You can see how both sorts are slowly constructing a sorted subarray, but this sort has the interesting property that the tail of the sorted subarray immediately obtains its maximum brightness, and new values are gently incorporated into the array, while the insertion sort tail is just the brightest value encountered so far, and the latest value is "abrutly" sifted down into its appropriate place.
It feels like this sort might minimize some kind of "sort entropy" metric? I.e., visually it looks very smooth. Each step along the way to sorted is very small.
That is the most beautiful thing in CS I've ever seen.
Is rain just the atmosphere running bubble sort ;) ?
Only that the final link list (of index numbers) were in sorted order of which you then summarily write in the final array.
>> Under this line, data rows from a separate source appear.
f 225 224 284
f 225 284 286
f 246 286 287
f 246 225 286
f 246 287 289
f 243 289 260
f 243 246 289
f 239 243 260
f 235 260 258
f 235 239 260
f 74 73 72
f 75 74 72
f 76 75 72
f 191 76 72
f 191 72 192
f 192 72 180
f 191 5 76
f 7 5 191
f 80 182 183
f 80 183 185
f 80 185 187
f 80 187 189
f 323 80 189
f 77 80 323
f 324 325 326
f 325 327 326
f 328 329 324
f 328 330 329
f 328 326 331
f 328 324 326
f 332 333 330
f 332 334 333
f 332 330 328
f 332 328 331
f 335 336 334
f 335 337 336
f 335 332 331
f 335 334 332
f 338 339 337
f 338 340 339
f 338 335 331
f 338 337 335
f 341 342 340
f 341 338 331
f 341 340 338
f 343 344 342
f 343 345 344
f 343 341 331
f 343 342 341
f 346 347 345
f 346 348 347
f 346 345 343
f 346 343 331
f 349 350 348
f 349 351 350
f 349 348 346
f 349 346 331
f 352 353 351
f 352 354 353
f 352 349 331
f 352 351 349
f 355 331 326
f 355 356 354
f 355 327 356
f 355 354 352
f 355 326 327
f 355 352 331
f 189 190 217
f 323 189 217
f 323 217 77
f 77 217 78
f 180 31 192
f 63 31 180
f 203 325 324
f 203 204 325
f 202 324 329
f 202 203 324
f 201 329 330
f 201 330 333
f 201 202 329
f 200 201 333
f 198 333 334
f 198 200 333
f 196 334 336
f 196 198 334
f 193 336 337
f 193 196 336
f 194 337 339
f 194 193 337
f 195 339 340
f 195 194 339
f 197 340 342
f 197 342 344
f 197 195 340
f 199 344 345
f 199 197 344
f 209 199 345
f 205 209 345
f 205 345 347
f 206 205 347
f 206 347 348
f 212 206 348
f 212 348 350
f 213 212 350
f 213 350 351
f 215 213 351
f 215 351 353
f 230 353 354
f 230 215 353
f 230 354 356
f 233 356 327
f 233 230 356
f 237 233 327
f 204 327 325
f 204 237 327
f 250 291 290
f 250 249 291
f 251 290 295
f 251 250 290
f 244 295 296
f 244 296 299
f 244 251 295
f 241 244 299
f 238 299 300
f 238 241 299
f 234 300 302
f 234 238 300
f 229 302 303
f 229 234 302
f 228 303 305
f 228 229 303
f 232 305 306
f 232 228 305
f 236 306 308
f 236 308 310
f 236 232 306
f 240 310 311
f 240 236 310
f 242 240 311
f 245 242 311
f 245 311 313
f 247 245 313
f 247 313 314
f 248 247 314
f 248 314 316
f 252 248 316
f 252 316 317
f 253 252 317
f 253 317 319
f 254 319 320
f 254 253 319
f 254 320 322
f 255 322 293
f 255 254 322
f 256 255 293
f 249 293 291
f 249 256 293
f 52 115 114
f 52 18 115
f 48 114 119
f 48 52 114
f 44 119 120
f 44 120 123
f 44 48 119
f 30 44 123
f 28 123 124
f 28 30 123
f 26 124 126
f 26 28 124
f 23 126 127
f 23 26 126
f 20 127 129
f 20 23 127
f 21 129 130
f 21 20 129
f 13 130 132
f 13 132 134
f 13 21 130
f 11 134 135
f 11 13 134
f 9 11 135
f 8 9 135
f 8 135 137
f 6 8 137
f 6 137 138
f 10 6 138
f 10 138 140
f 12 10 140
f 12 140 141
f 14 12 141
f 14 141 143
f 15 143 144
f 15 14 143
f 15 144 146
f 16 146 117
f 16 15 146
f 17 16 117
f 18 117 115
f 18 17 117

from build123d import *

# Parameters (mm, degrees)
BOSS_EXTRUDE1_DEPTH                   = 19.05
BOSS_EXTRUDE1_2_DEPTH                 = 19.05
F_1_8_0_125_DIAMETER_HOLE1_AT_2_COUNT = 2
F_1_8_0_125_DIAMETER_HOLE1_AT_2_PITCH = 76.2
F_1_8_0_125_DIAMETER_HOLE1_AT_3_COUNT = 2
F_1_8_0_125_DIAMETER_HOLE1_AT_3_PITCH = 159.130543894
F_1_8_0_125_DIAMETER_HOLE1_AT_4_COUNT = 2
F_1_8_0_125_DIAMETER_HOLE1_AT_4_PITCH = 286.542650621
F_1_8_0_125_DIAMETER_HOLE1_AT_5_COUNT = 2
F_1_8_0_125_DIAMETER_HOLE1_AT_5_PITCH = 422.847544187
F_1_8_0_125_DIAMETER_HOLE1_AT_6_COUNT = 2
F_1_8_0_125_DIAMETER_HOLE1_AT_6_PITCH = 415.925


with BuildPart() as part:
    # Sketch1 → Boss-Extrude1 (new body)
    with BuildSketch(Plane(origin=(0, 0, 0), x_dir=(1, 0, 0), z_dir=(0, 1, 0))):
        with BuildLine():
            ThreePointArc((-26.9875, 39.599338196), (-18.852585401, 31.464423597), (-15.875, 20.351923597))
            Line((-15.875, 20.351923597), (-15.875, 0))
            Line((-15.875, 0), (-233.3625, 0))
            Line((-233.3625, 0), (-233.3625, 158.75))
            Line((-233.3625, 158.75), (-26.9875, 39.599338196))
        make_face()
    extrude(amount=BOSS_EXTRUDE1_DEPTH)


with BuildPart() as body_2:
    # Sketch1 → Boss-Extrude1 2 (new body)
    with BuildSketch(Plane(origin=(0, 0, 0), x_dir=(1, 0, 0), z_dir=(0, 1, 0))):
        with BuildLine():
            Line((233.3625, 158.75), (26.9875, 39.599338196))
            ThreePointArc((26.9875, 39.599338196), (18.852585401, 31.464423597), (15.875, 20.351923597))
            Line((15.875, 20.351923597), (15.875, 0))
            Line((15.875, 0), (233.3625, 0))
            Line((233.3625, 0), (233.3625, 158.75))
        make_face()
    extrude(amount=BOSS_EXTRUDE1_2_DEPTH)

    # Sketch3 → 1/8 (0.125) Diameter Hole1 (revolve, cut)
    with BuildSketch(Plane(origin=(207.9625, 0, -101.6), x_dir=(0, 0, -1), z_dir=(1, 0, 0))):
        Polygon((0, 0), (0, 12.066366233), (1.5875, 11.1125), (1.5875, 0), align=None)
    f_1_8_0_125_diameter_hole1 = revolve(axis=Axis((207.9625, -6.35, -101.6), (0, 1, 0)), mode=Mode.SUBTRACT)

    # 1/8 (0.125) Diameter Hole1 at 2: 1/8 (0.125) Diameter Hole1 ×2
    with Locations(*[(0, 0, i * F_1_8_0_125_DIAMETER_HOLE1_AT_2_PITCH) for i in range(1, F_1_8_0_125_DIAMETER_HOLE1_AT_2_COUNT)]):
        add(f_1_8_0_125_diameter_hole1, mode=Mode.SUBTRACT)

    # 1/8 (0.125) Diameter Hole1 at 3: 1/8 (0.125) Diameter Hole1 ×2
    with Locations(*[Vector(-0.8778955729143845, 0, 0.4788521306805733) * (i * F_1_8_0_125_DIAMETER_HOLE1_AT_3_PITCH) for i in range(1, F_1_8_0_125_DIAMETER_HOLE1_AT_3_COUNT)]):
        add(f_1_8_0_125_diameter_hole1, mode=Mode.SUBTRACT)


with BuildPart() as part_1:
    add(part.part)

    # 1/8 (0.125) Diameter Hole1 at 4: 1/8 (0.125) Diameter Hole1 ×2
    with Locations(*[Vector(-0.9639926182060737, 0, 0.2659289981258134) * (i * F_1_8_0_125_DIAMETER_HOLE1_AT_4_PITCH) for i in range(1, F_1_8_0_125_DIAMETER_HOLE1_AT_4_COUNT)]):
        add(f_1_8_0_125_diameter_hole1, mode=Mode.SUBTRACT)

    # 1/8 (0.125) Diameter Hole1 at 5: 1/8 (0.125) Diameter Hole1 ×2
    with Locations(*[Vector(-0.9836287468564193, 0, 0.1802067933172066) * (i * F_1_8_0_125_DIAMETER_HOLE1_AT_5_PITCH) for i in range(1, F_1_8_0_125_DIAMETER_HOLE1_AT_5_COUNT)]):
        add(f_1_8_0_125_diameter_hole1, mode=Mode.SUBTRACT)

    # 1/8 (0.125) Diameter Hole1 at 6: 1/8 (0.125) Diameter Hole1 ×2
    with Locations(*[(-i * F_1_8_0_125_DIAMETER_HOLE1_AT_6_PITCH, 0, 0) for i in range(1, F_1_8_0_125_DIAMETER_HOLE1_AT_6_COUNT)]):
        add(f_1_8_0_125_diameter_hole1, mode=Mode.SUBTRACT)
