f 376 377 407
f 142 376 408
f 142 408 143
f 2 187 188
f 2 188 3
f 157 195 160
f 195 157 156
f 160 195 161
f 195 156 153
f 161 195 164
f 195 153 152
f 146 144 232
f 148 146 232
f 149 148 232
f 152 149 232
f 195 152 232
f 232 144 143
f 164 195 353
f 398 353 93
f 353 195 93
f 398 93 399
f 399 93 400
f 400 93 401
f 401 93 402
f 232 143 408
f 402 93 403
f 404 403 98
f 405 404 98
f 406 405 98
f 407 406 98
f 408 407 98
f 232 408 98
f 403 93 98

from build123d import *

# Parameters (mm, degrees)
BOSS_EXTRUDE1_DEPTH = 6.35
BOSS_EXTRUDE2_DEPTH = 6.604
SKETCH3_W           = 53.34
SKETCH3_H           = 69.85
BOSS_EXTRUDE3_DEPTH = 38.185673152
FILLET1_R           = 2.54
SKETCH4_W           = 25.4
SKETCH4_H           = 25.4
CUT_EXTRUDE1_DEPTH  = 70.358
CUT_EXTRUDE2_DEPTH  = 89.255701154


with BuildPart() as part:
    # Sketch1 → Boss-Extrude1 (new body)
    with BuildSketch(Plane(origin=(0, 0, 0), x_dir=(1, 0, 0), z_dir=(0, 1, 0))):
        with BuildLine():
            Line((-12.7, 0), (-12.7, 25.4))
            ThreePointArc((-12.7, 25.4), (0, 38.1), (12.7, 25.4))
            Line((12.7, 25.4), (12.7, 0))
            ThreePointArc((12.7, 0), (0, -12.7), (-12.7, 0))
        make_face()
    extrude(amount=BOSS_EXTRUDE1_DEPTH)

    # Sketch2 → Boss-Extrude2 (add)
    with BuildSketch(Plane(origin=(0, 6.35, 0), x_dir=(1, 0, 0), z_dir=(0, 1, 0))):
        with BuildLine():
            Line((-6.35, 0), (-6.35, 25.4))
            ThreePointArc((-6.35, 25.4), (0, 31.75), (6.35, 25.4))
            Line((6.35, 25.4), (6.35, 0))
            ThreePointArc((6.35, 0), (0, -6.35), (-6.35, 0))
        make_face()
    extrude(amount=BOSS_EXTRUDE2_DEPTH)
Which would have consumed some (n*(row-size)+n*(link-ptr-size+value-size) memory outside of its original array.
probably did O(n^1.5 for read operation which is WAY better than O(n^2) for bubble-sort.
Best in-its class algorithm for swap at O(2), worst case?
Delving into swap breakdown, its write operation might be O(3n+1) for writing a value then updating a link list pointer for each entry and for its link value into that final array; +1 for that NULL pointer at the end.
was arguably the lowest O (way back then) but at extremely high cost of memory. Never did learn which sort class did that variant falls into.
EDITED: insertion class, memory-hog-style.
One guy knocked down the time order considerably by doing tiny pre-bubblesort in blocks before entering into the link-insertion thereby making less passes over its million link-list chains: but only because he leveraged to fitting within its CPU L2/L3 cache. Professor said that the order got worse but not by huge logarithmic scale despite time speed-ups for completion.
Dang, the O order just got complicated for multi-level caches.